1. bool AssetManager::addDefaultAssets()  
2. {  
3.     const char* root = getenv("ANDROID_ROOT");  
4.     LOG_ALWAYS_FATAL_IF(root == NULL, "ANDROID_ROOT not set");  
5.   
6.     String8 path(root);  
7.     path.appendPath(kSystemAssets);  
8.   
9.     return addAssetPath(path, NULL);  
10. }  

In this case, ANDROID_ROOT saves the / system path, while kSystem Assets saves the / system path.

1. static const char* kSystemAssets = "framework/framework-res.apk";  

Remember what framework-res.apk is, all the resource files in the system.

At last, I understand that the principle is to load the resources of the system.

Next, look at the addAssetPath method. After entering the source code, you will find that it is also a local method and you need to look at the jni code.

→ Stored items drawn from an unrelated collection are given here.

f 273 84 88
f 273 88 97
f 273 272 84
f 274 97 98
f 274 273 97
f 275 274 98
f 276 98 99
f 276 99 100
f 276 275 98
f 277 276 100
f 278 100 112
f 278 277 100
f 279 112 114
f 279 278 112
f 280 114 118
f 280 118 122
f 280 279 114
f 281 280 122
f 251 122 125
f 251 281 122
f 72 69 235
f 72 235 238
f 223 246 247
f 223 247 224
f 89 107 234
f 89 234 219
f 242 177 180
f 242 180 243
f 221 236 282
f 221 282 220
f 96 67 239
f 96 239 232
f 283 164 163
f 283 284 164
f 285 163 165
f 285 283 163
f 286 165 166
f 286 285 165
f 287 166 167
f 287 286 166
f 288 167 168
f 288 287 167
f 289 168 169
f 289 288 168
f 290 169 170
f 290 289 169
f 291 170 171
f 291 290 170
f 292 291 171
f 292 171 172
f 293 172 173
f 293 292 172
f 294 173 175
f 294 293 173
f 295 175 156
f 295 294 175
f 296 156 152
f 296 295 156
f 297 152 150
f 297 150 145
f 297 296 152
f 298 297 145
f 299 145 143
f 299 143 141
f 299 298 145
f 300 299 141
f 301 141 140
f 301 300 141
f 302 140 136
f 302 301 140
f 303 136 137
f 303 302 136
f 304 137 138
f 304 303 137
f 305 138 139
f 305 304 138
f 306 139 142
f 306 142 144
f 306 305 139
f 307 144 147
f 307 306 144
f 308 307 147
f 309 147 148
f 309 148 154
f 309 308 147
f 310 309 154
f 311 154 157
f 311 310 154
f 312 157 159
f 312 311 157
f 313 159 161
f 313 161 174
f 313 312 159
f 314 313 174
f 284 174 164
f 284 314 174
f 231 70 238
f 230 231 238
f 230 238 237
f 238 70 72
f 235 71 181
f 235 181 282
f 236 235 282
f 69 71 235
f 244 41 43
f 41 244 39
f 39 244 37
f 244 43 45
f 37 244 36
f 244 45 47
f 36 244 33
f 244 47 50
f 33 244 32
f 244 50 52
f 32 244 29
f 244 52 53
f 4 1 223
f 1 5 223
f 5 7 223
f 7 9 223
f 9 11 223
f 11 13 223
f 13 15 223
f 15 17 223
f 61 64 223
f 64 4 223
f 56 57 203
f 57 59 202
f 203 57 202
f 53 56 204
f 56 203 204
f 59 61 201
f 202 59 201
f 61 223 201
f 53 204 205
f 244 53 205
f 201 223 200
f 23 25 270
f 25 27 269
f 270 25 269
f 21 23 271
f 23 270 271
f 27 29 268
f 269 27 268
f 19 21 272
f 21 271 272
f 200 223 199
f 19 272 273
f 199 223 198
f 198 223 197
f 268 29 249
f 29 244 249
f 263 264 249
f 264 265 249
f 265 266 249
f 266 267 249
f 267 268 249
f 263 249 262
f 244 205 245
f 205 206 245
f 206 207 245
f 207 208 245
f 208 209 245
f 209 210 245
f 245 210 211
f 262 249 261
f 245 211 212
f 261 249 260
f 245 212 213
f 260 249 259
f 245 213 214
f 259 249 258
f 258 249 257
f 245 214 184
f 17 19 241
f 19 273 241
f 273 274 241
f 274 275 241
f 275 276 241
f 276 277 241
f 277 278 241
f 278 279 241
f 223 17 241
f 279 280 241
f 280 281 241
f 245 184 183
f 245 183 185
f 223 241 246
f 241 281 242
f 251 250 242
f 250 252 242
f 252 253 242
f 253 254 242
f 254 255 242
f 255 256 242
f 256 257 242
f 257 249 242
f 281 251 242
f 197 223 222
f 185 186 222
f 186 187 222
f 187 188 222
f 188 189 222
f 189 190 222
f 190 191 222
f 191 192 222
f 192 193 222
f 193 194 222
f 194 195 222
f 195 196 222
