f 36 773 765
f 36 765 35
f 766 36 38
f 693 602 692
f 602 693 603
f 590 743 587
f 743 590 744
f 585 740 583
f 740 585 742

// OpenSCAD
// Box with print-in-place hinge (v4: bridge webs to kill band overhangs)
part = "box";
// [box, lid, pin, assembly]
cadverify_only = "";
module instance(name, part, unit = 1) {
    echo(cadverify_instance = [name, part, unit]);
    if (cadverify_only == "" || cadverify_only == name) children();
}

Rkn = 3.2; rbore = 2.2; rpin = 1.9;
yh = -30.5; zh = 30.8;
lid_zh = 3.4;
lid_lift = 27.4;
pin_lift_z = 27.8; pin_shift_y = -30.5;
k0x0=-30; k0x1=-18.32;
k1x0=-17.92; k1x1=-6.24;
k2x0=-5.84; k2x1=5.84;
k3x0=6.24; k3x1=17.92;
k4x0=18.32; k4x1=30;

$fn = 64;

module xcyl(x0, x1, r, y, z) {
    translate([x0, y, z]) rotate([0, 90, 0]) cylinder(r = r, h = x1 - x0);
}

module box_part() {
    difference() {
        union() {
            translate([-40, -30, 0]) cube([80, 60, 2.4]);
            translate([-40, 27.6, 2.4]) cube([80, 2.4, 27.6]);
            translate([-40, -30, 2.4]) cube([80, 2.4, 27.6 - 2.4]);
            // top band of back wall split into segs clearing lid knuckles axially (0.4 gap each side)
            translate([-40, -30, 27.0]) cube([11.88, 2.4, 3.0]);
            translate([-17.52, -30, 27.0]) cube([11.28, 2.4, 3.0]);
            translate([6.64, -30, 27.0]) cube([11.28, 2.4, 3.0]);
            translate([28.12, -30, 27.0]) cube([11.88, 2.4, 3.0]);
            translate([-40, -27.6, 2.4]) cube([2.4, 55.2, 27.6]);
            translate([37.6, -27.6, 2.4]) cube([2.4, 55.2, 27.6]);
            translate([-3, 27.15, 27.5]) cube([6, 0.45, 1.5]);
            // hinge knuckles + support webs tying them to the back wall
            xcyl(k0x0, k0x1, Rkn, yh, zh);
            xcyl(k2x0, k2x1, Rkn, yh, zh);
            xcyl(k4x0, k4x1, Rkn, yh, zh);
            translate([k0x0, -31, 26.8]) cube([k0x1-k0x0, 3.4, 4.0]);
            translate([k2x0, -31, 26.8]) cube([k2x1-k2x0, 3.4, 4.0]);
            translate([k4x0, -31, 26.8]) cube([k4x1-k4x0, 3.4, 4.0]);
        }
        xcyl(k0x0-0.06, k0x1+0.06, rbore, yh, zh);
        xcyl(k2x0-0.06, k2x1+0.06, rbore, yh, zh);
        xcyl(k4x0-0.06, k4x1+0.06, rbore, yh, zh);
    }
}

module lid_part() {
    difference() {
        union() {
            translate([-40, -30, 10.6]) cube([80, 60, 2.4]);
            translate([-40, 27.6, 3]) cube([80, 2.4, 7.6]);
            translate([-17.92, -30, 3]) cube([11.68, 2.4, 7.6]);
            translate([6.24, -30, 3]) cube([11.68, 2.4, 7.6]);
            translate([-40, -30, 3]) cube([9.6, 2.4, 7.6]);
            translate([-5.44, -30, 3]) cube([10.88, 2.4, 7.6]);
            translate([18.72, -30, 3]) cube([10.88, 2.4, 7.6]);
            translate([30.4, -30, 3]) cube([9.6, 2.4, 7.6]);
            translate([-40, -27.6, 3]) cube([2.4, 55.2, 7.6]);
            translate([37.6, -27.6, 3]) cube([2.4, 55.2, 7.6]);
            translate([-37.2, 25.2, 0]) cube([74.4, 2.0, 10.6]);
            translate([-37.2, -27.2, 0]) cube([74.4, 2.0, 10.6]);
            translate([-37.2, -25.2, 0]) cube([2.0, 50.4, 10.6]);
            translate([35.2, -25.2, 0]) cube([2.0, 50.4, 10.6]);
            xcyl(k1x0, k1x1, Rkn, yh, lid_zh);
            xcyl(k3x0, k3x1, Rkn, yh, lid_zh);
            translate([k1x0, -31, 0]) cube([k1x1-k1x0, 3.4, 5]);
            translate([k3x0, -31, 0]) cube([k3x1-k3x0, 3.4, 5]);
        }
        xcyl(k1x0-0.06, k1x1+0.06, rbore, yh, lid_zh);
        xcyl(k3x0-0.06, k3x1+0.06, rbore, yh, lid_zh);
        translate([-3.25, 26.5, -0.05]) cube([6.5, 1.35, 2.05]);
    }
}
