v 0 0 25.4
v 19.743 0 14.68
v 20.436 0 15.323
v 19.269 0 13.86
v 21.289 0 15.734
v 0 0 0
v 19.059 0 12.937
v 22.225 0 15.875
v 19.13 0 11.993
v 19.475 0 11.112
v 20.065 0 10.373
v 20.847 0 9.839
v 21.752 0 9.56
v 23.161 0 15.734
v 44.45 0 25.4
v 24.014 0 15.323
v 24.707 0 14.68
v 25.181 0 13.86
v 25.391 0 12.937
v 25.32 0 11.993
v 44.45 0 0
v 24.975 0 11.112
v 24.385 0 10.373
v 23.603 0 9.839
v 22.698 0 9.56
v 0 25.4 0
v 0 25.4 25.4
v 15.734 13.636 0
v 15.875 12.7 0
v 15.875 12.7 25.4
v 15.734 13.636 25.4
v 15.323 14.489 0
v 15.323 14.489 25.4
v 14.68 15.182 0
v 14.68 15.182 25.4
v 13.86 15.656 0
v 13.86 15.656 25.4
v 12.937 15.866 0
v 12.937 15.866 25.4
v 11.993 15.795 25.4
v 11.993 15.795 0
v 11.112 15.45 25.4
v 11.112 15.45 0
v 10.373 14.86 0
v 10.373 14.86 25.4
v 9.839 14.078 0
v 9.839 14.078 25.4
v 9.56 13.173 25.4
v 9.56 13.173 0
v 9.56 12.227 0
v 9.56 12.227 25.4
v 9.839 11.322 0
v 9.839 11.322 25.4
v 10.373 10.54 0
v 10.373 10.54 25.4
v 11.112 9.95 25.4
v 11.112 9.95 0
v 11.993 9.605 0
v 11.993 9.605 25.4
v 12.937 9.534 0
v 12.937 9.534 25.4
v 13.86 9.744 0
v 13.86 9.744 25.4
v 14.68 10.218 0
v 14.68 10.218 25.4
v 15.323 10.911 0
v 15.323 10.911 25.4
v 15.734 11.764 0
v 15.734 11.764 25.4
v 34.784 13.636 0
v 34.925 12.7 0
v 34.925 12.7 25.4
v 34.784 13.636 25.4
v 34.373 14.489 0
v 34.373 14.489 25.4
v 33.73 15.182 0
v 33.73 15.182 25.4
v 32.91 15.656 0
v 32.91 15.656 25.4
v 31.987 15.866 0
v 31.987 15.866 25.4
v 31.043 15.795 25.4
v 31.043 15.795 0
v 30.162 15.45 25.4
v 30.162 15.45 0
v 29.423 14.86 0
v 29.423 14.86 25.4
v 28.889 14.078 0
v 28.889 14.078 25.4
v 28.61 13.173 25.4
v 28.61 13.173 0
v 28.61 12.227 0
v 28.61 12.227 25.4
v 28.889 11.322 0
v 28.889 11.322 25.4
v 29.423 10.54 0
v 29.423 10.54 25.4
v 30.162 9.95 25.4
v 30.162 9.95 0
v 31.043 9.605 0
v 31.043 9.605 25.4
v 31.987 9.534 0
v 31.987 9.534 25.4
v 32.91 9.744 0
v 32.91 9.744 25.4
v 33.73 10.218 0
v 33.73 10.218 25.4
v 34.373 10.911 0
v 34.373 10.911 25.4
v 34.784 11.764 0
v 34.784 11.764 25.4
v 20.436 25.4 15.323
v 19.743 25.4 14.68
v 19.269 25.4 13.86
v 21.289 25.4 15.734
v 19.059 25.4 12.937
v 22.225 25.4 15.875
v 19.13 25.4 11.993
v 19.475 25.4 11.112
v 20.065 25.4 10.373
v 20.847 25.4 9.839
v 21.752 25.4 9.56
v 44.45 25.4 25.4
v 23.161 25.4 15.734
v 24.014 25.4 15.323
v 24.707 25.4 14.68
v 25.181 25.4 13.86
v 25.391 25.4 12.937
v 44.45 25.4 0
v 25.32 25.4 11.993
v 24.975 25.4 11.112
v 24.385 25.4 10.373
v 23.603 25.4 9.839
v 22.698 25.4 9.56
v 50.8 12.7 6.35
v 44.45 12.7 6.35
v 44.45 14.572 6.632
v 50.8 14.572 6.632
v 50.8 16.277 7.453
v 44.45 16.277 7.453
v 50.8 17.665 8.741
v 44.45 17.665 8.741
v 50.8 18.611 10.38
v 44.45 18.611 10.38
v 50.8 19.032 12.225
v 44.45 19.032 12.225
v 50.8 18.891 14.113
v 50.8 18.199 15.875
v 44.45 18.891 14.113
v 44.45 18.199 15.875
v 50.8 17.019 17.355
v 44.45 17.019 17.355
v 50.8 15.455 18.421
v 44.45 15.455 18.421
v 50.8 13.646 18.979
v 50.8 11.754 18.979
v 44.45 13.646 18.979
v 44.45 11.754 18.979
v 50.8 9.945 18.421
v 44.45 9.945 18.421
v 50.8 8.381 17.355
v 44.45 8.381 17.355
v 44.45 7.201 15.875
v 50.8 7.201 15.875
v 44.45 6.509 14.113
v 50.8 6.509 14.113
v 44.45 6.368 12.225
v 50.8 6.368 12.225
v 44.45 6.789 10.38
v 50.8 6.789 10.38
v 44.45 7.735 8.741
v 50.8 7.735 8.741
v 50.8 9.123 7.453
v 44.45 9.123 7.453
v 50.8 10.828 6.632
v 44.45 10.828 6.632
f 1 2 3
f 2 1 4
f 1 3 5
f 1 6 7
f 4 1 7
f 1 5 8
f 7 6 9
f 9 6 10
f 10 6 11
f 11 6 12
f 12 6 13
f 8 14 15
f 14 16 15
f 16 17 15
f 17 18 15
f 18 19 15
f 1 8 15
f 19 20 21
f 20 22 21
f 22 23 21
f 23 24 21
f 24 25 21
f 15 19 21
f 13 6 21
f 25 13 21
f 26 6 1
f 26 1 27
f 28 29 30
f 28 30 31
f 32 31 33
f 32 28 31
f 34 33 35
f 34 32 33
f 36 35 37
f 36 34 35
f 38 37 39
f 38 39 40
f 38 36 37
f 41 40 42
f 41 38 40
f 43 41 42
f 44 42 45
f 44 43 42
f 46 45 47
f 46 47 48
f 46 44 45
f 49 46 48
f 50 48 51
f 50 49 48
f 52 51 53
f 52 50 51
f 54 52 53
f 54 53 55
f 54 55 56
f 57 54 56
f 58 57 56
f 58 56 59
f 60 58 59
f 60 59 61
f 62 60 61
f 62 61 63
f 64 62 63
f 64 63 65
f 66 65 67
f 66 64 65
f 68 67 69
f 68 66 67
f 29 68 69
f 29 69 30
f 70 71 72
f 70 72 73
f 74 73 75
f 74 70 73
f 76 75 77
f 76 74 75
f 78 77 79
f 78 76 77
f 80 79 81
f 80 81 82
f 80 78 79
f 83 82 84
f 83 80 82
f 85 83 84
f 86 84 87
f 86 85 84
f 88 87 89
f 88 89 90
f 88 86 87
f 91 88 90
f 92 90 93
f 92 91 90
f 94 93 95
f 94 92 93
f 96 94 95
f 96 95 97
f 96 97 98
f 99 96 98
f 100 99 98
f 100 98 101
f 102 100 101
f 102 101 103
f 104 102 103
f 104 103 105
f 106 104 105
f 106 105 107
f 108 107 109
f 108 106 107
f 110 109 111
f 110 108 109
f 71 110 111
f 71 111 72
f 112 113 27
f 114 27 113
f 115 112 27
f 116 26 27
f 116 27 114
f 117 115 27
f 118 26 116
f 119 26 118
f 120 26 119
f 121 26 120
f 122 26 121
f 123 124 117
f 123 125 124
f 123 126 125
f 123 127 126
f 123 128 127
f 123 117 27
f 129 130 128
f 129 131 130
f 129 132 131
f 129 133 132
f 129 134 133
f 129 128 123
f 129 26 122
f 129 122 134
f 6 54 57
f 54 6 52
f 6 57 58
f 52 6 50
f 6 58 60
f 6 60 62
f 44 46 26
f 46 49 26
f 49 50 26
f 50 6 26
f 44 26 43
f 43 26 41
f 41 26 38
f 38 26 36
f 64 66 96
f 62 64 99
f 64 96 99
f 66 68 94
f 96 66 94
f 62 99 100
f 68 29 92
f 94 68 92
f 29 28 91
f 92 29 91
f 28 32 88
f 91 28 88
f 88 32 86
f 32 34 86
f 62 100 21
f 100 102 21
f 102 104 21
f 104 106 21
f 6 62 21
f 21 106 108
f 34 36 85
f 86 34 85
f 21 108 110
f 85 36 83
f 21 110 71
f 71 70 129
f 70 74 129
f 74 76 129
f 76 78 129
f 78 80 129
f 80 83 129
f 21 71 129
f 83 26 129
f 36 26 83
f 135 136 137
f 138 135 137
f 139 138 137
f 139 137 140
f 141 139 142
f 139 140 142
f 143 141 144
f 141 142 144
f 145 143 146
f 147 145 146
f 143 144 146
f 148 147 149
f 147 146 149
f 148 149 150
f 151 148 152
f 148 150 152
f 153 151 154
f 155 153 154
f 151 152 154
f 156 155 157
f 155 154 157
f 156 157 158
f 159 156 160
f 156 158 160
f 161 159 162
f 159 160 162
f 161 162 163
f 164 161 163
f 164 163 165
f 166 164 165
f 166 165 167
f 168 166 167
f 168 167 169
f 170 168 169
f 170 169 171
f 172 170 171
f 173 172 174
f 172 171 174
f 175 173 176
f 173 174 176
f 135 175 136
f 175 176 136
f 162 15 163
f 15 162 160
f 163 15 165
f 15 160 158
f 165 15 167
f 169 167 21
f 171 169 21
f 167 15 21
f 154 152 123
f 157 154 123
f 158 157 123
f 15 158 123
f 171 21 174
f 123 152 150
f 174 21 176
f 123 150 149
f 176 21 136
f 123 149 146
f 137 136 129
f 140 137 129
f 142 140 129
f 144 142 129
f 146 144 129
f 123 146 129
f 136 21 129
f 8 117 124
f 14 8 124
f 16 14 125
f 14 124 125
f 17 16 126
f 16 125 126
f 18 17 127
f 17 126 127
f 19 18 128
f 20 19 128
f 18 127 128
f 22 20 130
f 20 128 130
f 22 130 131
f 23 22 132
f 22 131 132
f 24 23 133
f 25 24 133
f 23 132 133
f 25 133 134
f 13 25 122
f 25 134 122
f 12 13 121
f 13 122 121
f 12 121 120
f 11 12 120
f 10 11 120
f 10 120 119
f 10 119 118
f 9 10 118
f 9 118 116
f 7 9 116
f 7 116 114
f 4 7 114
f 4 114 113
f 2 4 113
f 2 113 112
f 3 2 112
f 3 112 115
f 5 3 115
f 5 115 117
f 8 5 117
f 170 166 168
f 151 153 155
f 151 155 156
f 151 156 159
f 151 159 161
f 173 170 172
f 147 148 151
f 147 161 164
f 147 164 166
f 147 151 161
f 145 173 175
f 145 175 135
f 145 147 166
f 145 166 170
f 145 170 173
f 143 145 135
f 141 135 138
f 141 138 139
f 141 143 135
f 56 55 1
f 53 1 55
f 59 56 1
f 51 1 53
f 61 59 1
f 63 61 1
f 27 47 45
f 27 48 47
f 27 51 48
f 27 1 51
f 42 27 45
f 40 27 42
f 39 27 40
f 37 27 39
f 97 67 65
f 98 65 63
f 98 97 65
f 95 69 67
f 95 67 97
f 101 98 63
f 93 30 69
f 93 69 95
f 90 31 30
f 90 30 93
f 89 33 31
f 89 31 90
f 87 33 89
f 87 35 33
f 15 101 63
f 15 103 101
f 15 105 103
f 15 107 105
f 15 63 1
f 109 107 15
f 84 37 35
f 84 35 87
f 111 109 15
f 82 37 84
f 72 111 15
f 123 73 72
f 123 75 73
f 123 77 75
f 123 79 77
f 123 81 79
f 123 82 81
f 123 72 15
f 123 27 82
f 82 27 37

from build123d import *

# Parameters (mm, degrees)
SKETCH1_W           = 44.45
SKETCH1_H           = 25.4
SKETCH1_R           = 3.175
BOSS_EXTRUDE1_DEPTH = 25.4
SKETCH2_R           = 6.35
BOSS_EXTRUDE2_DEPTH = 6.35
SKETCH3_R           = 3.175
CUT_EXTRUDE1_DEPTH  = 63.217039467


with BuildPart() as part:
    # Sketch1 → Boss-Extrude1 (new body)
    with BuildSketch(Plane.XY):
        with Locations((22.225, 12.7)):
            Rectangle(SKETCH1_W, SKETCH1_H)
        with Locations((12.7, 12.7)):
            Circle(SKETCH1_R, mode=Mode.SUBTRACT)
        with Locations((31.75, 12.7)):
            Circle(SKETCH1_R, mode=Mode.SUBTRACT)
    extrude(amount=BOSS_EXTRUDE1_DEPTH)

    # Sketch2 → Boss-Extrude2 (add)
    with BuildSketch(Plane(origin=(44.45, 0, 0), x_dir=(0, 0, -1), z_dir=(1, 0, 0))):
        with Locations((-12.7, 12.7)):
            Circle(SKETCH2_R)
    extrude(amount=BOSS_EXTRUDE2_DEPTH)

    # Sketch3 → Cut-Extrude1 (cut, through all)
    with BuildSketch(Plane(origin=(0, 25.4, 0), x_dir=(1, 0, 0), z_dir=(0, 1, 0))):
        with Locations(Location((22.225, -12.7, 0), (0, 0, 270))):
            Circle(SKETCH3_R)
    extrude(amount=-CUT_EXTRUDE1_DEPTH, mode=Mode.SUBTRACT)


solid = part.part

1. static jint android_content_AssetManager_addAssetPath(JNIEnv* env, jobject clazz,  
2.                                                        jstring path)  
3. {  
4.     ScopedUtfChars path8(env, path);  
5.     if (path8.c_str() == NULL) {  
6.         return 0;  
7.     }  
8.   
9.     AssetManager* am = assetManagerForJavaObject(env, clazz);  
10.     if (am == NULL) {  
11.         return 0;  
12.     }  
13.   
14.     void* cookie;  
15.     bool res = am->addAssetPath(String8(path8.c_str()), &cookie);  
16.   
17.     return (res) ? (jint)cookie : 0;  
18. }  

The addAssetPath method of the local AssetManager method is called here. Like system resources, they are loaded in.

Let's take a look at the process for PackageManager to get resources.

Getting resources in Package Manager calls the getResourcesForApplication method. getResourcesForApplication also has a method of the same name. Let's see the one doing business.

The first step is to determine whether the package name is a system, if not to call the getTopLevelResources method of ActivityThread directly. However, it will pass in app.sourceDir based on the uid and process Id of the current application, if they are equal, or publicSourceDir based on the experience period, but sourceDir and publicSource are generally the same. The logic behind is the same as that in Context, so I won't talk about it here.